2. Checkov Custom Check

Add to your Terraform/Helm pipeline:

# checkov custom check: CKV_KARPENTER_001
# Validates NodePool has capacity-type including on-demand fallback OR weight-based fallback pool exists

Run in CI:

checkov -d ./helm/karpenter --framework kubernetes --check CKV_KARPENTER_001

3. CloudWatch Alarm on Pending Pod Duration

Don't wait for user reports. Alert when pods are pending > 5 minutes:

aws cloudwatch put-metric-alarm \
  --alarm-name "karpenter-pending-pods-breach" \
  --metric-name "pending_pods" \
  --namespace "ContainerInsights" \
  --statistic Average \
  --period 300 \
  --threshold 1 \
  --comparison-operator GreaterThanOrEqualToThreshold \
  --evaluation-periods 1 \
  --alarm-actions arn:aws:sns:us-east-1:123456789:oncall-pagerduty

4. Karpenter Spot Interruption Queue

Ensure you have the SQS interruption queue configured.
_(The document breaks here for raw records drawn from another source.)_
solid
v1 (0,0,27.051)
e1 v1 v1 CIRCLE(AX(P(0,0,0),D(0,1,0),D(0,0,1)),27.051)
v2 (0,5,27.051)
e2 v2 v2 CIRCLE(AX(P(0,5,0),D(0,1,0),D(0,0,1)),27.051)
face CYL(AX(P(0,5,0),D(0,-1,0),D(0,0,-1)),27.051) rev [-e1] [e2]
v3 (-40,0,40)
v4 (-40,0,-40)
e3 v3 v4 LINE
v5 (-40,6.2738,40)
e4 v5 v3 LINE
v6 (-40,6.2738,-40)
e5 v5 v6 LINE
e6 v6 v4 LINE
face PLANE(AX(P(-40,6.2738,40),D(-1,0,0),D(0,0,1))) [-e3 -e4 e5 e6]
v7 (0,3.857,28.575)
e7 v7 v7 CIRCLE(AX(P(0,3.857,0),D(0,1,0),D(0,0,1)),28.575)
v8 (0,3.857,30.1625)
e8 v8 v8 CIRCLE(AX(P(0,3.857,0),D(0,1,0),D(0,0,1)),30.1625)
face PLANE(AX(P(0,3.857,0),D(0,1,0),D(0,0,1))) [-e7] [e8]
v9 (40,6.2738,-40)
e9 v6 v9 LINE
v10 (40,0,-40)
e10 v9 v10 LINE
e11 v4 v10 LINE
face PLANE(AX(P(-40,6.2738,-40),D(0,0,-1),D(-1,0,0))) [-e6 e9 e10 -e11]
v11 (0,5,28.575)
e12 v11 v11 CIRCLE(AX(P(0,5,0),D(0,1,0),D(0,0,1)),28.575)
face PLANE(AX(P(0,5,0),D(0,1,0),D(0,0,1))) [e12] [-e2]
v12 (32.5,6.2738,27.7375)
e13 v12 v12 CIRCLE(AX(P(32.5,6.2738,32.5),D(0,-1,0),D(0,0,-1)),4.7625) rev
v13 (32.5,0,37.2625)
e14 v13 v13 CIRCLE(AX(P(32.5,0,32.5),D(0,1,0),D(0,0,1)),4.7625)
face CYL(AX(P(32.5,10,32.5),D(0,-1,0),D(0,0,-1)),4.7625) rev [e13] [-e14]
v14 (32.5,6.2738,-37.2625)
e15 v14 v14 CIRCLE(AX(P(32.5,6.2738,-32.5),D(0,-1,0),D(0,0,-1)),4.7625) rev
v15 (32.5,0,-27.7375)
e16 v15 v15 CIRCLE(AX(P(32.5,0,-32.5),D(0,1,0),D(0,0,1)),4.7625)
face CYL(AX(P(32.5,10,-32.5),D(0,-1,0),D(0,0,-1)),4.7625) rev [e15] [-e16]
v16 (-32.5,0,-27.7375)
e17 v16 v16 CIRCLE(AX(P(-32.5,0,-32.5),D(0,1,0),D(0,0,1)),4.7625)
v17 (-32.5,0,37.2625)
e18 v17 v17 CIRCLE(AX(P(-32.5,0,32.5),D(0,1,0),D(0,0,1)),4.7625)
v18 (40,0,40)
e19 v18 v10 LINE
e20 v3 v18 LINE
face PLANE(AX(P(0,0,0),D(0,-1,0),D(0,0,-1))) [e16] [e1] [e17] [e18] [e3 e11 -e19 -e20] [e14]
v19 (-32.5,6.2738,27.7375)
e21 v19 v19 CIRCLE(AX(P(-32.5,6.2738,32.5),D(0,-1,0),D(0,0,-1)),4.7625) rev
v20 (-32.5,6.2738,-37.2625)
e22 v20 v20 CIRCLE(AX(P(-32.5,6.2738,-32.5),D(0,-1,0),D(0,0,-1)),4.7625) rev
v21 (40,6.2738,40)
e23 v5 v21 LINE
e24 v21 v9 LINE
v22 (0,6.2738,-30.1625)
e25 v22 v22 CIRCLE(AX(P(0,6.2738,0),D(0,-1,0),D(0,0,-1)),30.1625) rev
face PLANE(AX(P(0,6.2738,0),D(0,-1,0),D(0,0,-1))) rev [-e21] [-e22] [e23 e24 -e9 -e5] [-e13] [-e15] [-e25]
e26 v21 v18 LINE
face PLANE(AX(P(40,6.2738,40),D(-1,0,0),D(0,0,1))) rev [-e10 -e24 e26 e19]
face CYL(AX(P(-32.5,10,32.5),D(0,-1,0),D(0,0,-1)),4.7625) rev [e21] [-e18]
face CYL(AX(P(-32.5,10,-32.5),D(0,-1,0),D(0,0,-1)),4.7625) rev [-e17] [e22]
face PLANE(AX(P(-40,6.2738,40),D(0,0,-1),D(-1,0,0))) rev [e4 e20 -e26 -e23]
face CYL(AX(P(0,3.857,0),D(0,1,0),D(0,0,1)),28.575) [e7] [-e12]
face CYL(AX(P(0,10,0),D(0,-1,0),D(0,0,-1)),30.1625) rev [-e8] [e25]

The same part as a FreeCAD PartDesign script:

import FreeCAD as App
import Part
import Sketcher
Q = App.Units.Quantity


def add_polygon(sketch, points):
    """Adds a closed chain of lines whose ends are joined by coincident constraints."""
    first, n = sketch.GeometryCount, len(points)
    for a, b in zip(points, points[1:] + points[:1]):
        sketch.addGeometry(Part.LineSegment(App.Vector(*a, 0), App.Vector(*b, 0)), False)
    for i in range(n):
        sketch.addConstraint(Sketcher.Constraint("Coincident", first + i, 2, first + (i + 1) % n, 1))

doc = App.newDocument("Part")
body = doc.addObject("PartDesign::Body", "Body")

# Sketch on XZ plane
sketch1 = body.newObject("Sketcher::SketchObject", "Sketch")
sketch1.AttachmentSupport = (doc.getObject("XZ_Plane"), [""])
sketch1.MapMode = "FlatFace"
add_polygon(sketch1, [(-40, -40), (-40, 40), (40, 40), (40, -40)])  # lines 0-3
sketch1.addConstraint([
    Sketcher.Constraint("Vertical", 0),
    Sketcher.Constraint("Horizontal", 1),
    Sketcher.Constraint("Vertical", 2),
    Sketcher.Constraint("Horizontal", 3),
    Sketcher.Constraint("Symmetric", 0, 2, 2, 2, -1, 1),
    Sketcher.Constraint("Equal", 3, 0),
    Sketcher.Constraint("DistanceX", 1, 1, 1, 2, 80.0),
])
pad1 = body.newObject("PartDesign::Pad", "Pad")
pad1.Profile = sketch1
pad1.Length = Q("0.247 in")
pad1.Reversed = True

# Sketch on XZ plane
sketch2 = body.newObject("Sketcher::SketchObject", "Sketch001")
sketch2.AttachmentSupport = (doc.getObject("XZ_Plane"), [""])
sketch2.MapMode = "FlatFace"
sketch2.addGeometry([
    Part.Circle(App.Vector(-32.5, -32.5, 0), App.Vector(0, 0, 1), 4.7625),
    Part.Circle(App.Vector(32.5, -32.5, 0), App.Vector(0, 0, 1), 4.7625),
    Part.Circle(App.Vector(32.5, 32.5, 0), App.Vector(0, 0, 1), 4.7625),
    Part.Circle(App.Vector(-32.5, 32.5, 0), App.Vector(0, 0, 1), 4.7625),
], False)
sketch2.addConstraint([
    Sketcher.Constraint("Equal", 0, 1),
    Sketcher.Constraint("Equal", 1, 2),
    Sketcher.Constraint("Equal", 2, 3),
    Sketcher.Constraint("Symmetric", 0, 3, 2, 3, -1, 1),
    Sketcher.Constraint("Symmetric", 1, 3, 3, 3, -1, 1),
    Sketcher.Constraint("Symmetric", 0, 3, 1, 3, -2),
    Sketcher.Constraint("Diameter", 0, Q("0.375 in")),
    Sketcher.Constraint("DistanceX", 0, 3, -1, 1, 32.5),
    Sketcher.Constraint("DistanceY", 0, 3, -1, 1, 32.5),
])
pocket1 = body.newObject("PartDesign::Pocket", "Pocket")
pocket1.Profile = sketch2
pocket1.Length = 10

# Sketch on XZ plane
sketch3 = body.newObject("Sketcher::SketchObject", "Sketch002")
sketch3.AttachmentSupport = (doc.getObject("XZ_Plane"), [""])
sketch3.MapMode = "FlatFace"
sketch3.AttachmentOffset = App.Placement(App.Vector(0, 0, -5), App.Rotation())
sketch3.addGeometry(Part.Circle(App.Vector(0, 0, 0), App.Vector(0, 0, 1), 30.1625), False)
sketch3.addConstraint([
    Sketcher.Constraint("Coincident", 0, 3, -1, 1),
    Sketcher.Constraint("Diameter", 0, Q("2.375 in")),
])
pocket2 = body.newObject("PartDesign::Pocket", "Pocket001")
pocket2.Profile = sketch3
pocket2.Length = 5

# Sketch on XZ plane
sketch4 = body.newObject("Sketcher::SketchObject", "Sketch003")
sketch4.AttachmentSupport = (doc.getObject("XZ_Plane"), [""])
sketch4.MapMode = "FlatFace"
sketch4.addGeometry(Part.Circle(App.Vector(0, 0, 0), App.Vector(0, 0, 1), 27.051), False)
sketch4.addConstraint([
    Sketcher.Constraint("Coincident", 0, 3, -1, 1),
    Sketcher.Constraint("Diameter", 0, Q("2.13 in")),
])
pocket3 = body.newObject("PartDesign::Pocket", "Pocket002")
pocket3.Profile = sketch4
pocket3.Length = 5

# Sketch on XZ plane
sketch5 = body.newObject("Sketcher::SketchObject", "Sketch004")
sketch5.AttachmentSupport = (doc.getObject("XZ_Plane"), [""])
sketch5.MapMode = "FlatFace"
sketch5.AttachmentOffset = App.Placement(App.Vector(0, 0, -5), App.Rotation())
sketch5.addGeometry([
    Part.Circle(App.Vector(0, 0, 0), App.Vector(0, 0, 1), 30.1625),
    Part.Circle(App.Vector(0, 0, 0), App.Vector(0, 0, 1), 28.575),
], False)
sketch5.addConstraint([
    Sketcher.Constraint("Coincident", 0, 3, -1, 1),
    Sketcher.Constraint("Coincident", 1, 3, -1, 1),
    Sketcher.Constraint("Diameter", 1, Q("2.25 in")),
    Sketcher.Constraint("Diameter", 0, Q("2.375 in")),
])
pocket4 = body.newObject("PartDesign::Pocket", "Pocket003")
pocket4.Profile = sketch5
pocket4.Length = Q("0.045 in")
pocket4.Reversed = True

doc.recompute()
Without it, Karpenter has no advance warning of Spot reclamation and cannot proactively drain nodes before the 2-minute termination window:

# In your Karpenter Helm values
interruptionQueue: "my-cluster-karpenter-interruption-queue"

This alone won't prevent the no instance types available error, but it dramatically reduces the blast radius when Spot IS reclaimed by giving Karpenter time to reschedule before node death.